Regression Homework Helper

I am again going to try to keep it simple by using base R but doing some of the homework questions.

  1. Use a scatterplot and the linear correlation coefficient r to determine whether there is a correlation between the two variables. (Note: Use software, and don’t forget to look at the scatterplot!)

First I’ll load the data. I could load the data via a csv but to keep the reprodicibility high, I am going to manually enter the data.

x <-c(0.8,1.4 ,2,3.5,4.5,5.4,6.1,7.8,8.4,9.7,10.3,11.7,12.8,13.2,14.8)
y <- c(14.2,13.6,13,11.5,10.5,9.6,8.9,7.2,6.6,5.3,4.7,3.3,2.2,1.8,0.2)

plot(x,y)

That looks rather nicely linear! Of course it is negatively correlated (the slope is negative!).

To get the correlation \(r\)

cor(x,y,method = "pearson")
## [1] -1

We are using the ‘Pearson’ correlation method here. If I call the cor fucntion without that it will give me several answers.

Let’s repeat this using the definition of correlation! \[ r = \frac{\sum_{i=1}^n(x_i-\overline x)(y_i-\overline y )}{(n-1)s_xs_y} \]

sx = sd(x)
sy = sd(y) 
n = length(x)
xbar = mean(x)
ybar = mean(y)


numerator = mean((x-xbar)*(y-ybar))*n

r = numerator/((n-1)*sx*sy)
r
## [1] -1

Sweet! There are a couple of interesting things I did above! I took a sequence \(x\) and subtracted a single value \(\overline x\) from each value. I also multiplied sequences.

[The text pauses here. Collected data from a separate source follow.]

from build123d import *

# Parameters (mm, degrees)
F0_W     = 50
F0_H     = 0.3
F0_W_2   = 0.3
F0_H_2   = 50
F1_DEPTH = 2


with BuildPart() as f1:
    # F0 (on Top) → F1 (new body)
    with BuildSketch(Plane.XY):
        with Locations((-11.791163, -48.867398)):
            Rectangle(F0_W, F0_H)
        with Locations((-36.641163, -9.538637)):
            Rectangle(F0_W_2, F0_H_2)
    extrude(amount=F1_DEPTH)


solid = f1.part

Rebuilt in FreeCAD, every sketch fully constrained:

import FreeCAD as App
import Part
import Sketcher

V = App.Vector
Q = App.Units.Quantity

doc = App.newDocument("Part")
body = doc.addObject("PartDesign::Body", "Body")
body.AllowCompound = True

sketch1 = doc.addObject("Sketcher::SketchObject", "Sketch")
body.addObject(sketch1)
sketch1.AttachmentSupport = (doc.XY_Plane, [""])
sketch1.MapMode = "FlatFace"
sketch1.addGeometry([
    Part.LineSegment(V(-36.79, -48.72, 0), V(-36.79, -49.02, 0)),
    Part.LineSegment(V(-36.79, -49.02, 0), V(13.21, -49.02, 0)),
    Part.LineSegment(V(13.21, -49.02, 0), V(13.21, -48.72, 0)),
    Part.LineSegment(V(13.21, -48.72, 0), V(-36.79, -48.72, 0)),
    Part.LineSegment(V(-36.79, 15.46, 0), V(-36.79, -34.54, 0)),
    Part.LineSegment(V(-36.79, -34.54, 0), V(-36.49, -34.54, 0)),
    Part.LineSegment(V(-36.49, -34.54, 0), V(-36.49, 15.46, 0)),
    Part.LineSegment(V(-36.49, 15.46, 0), V(-36.79, 15.46, 0)),
], False)
sketch1.addConstraint([
    Sketcher.Constraint("Coincident", 0, 2, 1, 1),
    Sketcher.Constraint("Coincident", 1, 2, 2, 1),
    Sketcher.Constraint("Coincident", 2, 2, 3, 1),
    Sketcher.Constraint("Coincident", 3, 2, 0, 1),
    Sketcher.Constraint("Coincident", 4, 2, 5, 1),
    Sketcher.Constraint("Coincident", 5, 2, 6, 1),
    Sketcher.Constraint("Coincident", 6, 2, 7, 1),
    Sketcher.Constraint("Coincident", 7, 2, 4, 1),
    Sketcher.Constraint("Vertical", 0),
    Sketcher.Constraint("Horizontal", 1),
    Sketcher.Constraint("Vertical", 2),
    Sketcher.Constraint("Horizontal", 3),
    Sketcher.Constraint("Vertical", 4),
    Sketcher.Constraint("Horizontal", 5),
    Sketcher.Constraint("Vertical", 6),
    Sketcher.Constraint("Horizontal", 7),
    Sketcher.Constraint("Vertical", 3, 2, 4, 2),
    Sketcher.Constraint("Equal", 7, 0),
    Sketcher.Constraint("Equal", 3, 4),
    Sketcher.Constraint("DistanceX", 1, 1, 1, 2, Q("50 mm")),
    Sketcher.Constraint("DistanceX", 5, 1, 5, 2, Q("0.3 mm")),
    Sketcher.Constraint("DistanceY", 2, 2, -1, 1, Q("48.717398 mm")),
    Sketcher.Constraint("DistanceY", 3, 2, 4, 2, Q("14.178761 mm")),
    Sketcher.Constraint("DistanceX", 0, 2, -1, 1, Q("36.791163 mm")),
])
pad1 = doc.addObject("PartDesign::Pad", "Pad")
body.addObject(pad1)
pad1.Profile = sketch1
pad1.Length = 2

doc.recompute()
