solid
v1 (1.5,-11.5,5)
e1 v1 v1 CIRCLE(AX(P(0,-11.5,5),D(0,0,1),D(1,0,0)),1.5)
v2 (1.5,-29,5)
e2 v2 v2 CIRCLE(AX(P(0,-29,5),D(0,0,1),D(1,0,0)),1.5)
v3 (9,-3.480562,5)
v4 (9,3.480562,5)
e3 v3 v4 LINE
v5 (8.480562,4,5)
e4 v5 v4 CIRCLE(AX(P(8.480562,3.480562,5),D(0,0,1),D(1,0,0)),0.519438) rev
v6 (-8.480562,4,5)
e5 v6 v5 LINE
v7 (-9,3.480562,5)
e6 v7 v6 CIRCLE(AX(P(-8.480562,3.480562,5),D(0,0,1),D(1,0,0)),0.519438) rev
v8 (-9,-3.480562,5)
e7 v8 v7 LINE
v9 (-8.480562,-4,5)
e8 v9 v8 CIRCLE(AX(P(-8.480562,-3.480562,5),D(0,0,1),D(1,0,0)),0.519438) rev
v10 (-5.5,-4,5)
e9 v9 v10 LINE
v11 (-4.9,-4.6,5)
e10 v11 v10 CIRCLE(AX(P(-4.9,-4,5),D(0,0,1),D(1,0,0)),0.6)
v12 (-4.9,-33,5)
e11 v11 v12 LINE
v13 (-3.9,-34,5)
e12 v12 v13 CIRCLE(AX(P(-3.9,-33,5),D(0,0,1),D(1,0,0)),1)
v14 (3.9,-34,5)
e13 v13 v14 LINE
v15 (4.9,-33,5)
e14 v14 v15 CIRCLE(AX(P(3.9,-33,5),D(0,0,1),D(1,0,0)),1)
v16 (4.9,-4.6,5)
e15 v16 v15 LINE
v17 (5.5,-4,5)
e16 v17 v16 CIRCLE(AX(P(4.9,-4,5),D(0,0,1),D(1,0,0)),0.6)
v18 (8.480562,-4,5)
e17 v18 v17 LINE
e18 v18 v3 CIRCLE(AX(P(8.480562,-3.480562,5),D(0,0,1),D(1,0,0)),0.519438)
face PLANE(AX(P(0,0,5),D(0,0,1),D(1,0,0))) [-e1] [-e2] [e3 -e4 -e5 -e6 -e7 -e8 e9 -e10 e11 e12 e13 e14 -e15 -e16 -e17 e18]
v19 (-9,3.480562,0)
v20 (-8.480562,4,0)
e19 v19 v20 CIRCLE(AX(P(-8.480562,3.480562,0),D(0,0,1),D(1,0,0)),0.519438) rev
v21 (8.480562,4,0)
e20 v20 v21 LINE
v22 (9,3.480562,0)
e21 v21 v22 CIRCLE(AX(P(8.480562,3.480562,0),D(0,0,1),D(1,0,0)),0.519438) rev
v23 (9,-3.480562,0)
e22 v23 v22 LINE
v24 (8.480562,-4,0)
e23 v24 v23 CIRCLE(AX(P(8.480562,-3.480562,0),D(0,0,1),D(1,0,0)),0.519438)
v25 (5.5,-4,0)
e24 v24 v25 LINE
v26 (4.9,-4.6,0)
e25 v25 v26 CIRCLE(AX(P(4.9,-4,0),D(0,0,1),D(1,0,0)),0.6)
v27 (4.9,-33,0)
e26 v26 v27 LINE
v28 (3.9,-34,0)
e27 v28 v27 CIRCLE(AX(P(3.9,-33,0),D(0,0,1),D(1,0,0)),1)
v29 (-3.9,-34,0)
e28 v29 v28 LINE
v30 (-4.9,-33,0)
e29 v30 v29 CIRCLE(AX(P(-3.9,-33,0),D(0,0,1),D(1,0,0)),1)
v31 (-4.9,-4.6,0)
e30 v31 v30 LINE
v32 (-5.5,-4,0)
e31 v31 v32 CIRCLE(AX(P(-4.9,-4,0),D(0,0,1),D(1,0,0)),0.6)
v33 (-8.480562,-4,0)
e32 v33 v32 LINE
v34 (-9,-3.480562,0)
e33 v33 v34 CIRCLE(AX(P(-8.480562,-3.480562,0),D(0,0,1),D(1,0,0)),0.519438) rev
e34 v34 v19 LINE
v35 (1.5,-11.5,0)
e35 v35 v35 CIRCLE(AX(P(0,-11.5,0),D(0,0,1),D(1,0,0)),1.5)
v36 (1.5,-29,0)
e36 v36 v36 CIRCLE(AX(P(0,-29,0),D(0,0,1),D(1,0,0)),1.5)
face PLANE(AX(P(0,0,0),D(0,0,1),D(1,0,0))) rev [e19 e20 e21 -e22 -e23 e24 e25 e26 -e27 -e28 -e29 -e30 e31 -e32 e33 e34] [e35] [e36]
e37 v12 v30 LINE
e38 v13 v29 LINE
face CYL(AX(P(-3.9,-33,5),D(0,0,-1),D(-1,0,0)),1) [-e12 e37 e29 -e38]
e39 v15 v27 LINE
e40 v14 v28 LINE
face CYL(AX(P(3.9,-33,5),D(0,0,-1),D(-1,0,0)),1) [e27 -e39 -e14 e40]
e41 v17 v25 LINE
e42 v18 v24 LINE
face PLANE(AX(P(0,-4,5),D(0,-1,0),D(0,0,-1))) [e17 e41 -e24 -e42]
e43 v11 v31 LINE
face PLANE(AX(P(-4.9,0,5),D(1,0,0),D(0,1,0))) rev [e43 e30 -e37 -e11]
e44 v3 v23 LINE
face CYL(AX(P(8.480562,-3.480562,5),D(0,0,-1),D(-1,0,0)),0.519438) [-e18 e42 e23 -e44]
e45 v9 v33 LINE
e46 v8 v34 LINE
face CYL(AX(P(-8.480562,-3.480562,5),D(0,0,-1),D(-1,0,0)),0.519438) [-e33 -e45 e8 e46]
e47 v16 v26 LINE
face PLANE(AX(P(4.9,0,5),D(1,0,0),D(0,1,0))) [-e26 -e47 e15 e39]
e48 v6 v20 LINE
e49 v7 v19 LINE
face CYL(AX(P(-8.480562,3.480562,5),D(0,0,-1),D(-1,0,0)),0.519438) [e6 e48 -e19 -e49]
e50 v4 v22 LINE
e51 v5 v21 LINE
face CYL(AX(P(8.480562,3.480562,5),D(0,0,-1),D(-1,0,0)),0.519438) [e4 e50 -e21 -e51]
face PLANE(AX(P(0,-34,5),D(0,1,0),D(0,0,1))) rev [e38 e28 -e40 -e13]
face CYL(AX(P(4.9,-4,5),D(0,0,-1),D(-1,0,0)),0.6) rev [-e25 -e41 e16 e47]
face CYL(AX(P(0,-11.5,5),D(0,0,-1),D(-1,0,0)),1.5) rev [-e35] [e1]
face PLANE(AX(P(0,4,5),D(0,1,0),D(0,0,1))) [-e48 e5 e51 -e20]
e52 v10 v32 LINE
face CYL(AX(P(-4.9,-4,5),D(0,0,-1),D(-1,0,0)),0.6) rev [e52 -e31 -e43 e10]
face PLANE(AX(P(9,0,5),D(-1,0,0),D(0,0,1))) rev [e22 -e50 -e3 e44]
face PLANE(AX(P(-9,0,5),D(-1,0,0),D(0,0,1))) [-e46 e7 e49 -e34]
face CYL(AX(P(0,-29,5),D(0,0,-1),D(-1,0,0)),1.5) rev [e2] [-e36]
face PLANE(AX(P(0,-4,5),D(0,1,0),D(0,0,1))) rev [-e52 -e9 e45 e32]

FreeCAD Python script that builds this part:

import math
import FreeCAD as App
import Part
import Sketcher

V = App.Vector

doc = App.newDocument("Part")
body = doc.addObject("PartDesign::Body", "Body")

# Sketch on XY plane
sketch1 = body.newObject("Sketcher::SketchObject", "Sketch")
sketch1.AttachmentSupport = (doc.getObject("XY_Plane"), [""])
sketch1.MapMode = "FlatFace"
sketch1.addGeometry([
    Part.LineSegment(V(-4.9, -4.6, 0), V(-4.9, -33, 0)),  # 0
    Part.ArcOfCircle(Part.Circle(V(-3.9, -33, 0), V(0, 0, 1), 1), math.radians(-180), math.radians(-90)),  # 1
    Part.LineSegment(V(-3.9, -34, 0), V(3.9, -34, 0)),  # 2
    Part.ArcOfCircle(Part.Circle(V(3.9, -33, 0), V(0, 0, 1), 1), math.radians(-90), math.radians(0)),  # 3
    Part.LineSegment(V(4.9, -33, 0), V(4.9, -4.6, 0)),  # 4
    Part.ArcOfCircle(Part.Circle(V(4.9, -4, 0), V(0, 0, 1), 0.6), math.radians(0), math.radians(270)),  # 5
    Part.LineSegment(V(5.5, -4, 0), V(8.5, -4, 0)),  # 6
    Part.ArcOfCircle(Part.Circle(V(8.5, -3.5, 0), V(0, 0, 1), 0.5), math.radians(-90), math.radians(0)),  # 7
    Part.LineSegment(V(9, -3.5, 0), V(9, 3.5, 0)),  # 8
    Part.ArcOfCircle(Part.Circle(V(8.5, 3.5, 0), V(0, 0, 1), 0.5), math.radians(0), math.radians(90)),  # 9
    Part.LineSegment(V(8.5, 4, 0), V(-8.5, 4, 0)),  # 10
    Part.ArcOfCircle(Part.Circle(V(-8.5, 3.5, 0), V(0, 0, 1), 0.5), math.radians(90), math.radians(180)),  # 11
    Part.LineSegment(V(-9, 3.5, 0), V(-9, -3.5, 0)),  # 12
    Part.ArcOfCircle(Part.Circle(V(-8.5, -3.5, 0), V(0, 0, 1), 0.5), math.radians(180), math.radians(270)),  # 13
    Part.LineSegment(V(-8.5, -4, 0), V(-5.5, -4, 0)),  # 14
    Part.ArcOfCircle(Part.Circle(V(-4.9, -4, 0), V(0, 0, 1), 0.6), math.radians(-90), math.radians(180)),  # 15
    Part.Circle(V(0, -29, 0), V(0, 0, 1), 1.5),  # 16
    Part.Circle(V(0, -11.5, 0), V(0, 0, 1), 1.5),  # 17
], False)
sketch1.addConstraint([
    Sketcher.Constraint("Tangent", 0, 2, 1, 1),
    Sketcher.Constraint("Tangent", 1, 2, 2, 1),
    Sketcher.Constraint("Tangent", 2, 2, 3, 1),
    Sketcher.Constraint("Tangent", 3, 2, 4, 1),
    Sketcher.Constraint("Coincident", 4, 2, 5, 2),
    Sketcher.Constraint("Coincident", 5, 1, 6, 1),
    Sketcher.Constraint("Tangent", 6, 2, 7, 1),
    Sketcher.Constraint("Tangent", 7, 2, 8, 1),
    Sketcher.Constraint("Tangent", 8, 2, 9, 1),
    Sketcher.Constraint("Tangent", 9, 2, 10, 1),
    Sketcher.Constraint("Tangent", 10, 2, 11, 1),
    Sketcher.Constraint("Tangent", 11, 2, 12, 1),
    Sketcher.Constraint("Tangent", 12, 2, 13, 1),
    Sketcher.Constraint("Tangent", 13, 2, 14, 1),
    Sketcher.Constraint("Coincident", 14, 2, 15, 2),
    Sketcher.Constraint("Coincident", 15, 1, 0, 1),
    Sketcher.Constraint("Vertical", 0),
    Sketcher.Constraint("Horizontal", 2),
    Sketcher.Constraint("Vertical", 4),
    Sketcher.Constraint("Horizontal", 6),
    Sketcher.Constraint("Vertical", 8),
    Sketcher.Constraint("Horizontal", 10),
    Sketcher.Constraint("Vertical", 12),
    Sketcher.Constraint("Horizontal", 14),
    Sketcher.Constraint("Equal", 1, 3),
    Sketcher.Constraint("Equal", 7, 9),
    Sketcher.Constraint("Equal", 9, 11),
    Sketcher.Constraint("Equal", 11, 13),
    Sketcher.Constraint("Equal", 5, 15),
    Sketcher.Constraint("Equal", 16, 17),
    Sketcher.Constraint("Symmetric", 7, 3, 11, 3, -1, 1),
    Sketcher.Constraint("Symmetric", 5, 3, 15, 3, -2),
    Sketcher.Constraint("PointOnObject", 16, 3, -2),
    Sketcher.Constraint("PointOnObject", 17, 3, -2),
    Sketcher.Constraint("Horizontal", 7, 3, 13, 3),
    Sketcher.Constraint("Horizontal", 15, 3, 5, 1),
    Sketcher.Constraint("Vertical", 15, 3, 0, 2),
    Sketcher.Constraint("Vertical", 5, 3, 3, 2),
    Sketcher.Constraint("Diameter", 16, 3.0),
    Sketcher.Constraint("Radius", 1, 1.0),
    Sketcher.Constraint("Radius", 5, 0.6),
    Sketcher.Constraint("DistanceX", 2, 1, 2, 2, 7.8),
    Sketcher.Constraint("DistanceY", 0, 2, 0, 1, 28.4),
    Sketcher.Constraint("DistanceY", 1, 3, -1, 1, 33.0),
    Sketcher.Constraint("DistanceY", 16, 3, -1, 1, 29.0),
    Sketcher.Constraint("DistanceX", -1, 1, 7, 2, 9.0),
    Sketcher.Constraint("DistanceY", 17, 3, -1, 1, 11.5),
    Sketcher.Constraint("Radius", 7, 0.519438),
])
pad1 = body.newObject("PartDesign::Pad", "Pad")
pad1.Profile = sketch1
pad1.Length = 5

doc.recompute()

Let’s also get the equation of the linear relationship.

lm(y~x)
## 
## Call:
## lm(formula = y ~ x)
## 
## Coefficients:
## (Intercept)            x  
##          15           -1

This brings in a couple of interesting R calls. I needed to do a function so I did y~x you see that I am making a function! Let’s define a function too so I can make some predictions.

fit = lm(y~x)

slope = coef(fit)[2]
intercept = coef(fit)[1]

yhat <- function(xpredict){
  return( slope*xpredict+intercept)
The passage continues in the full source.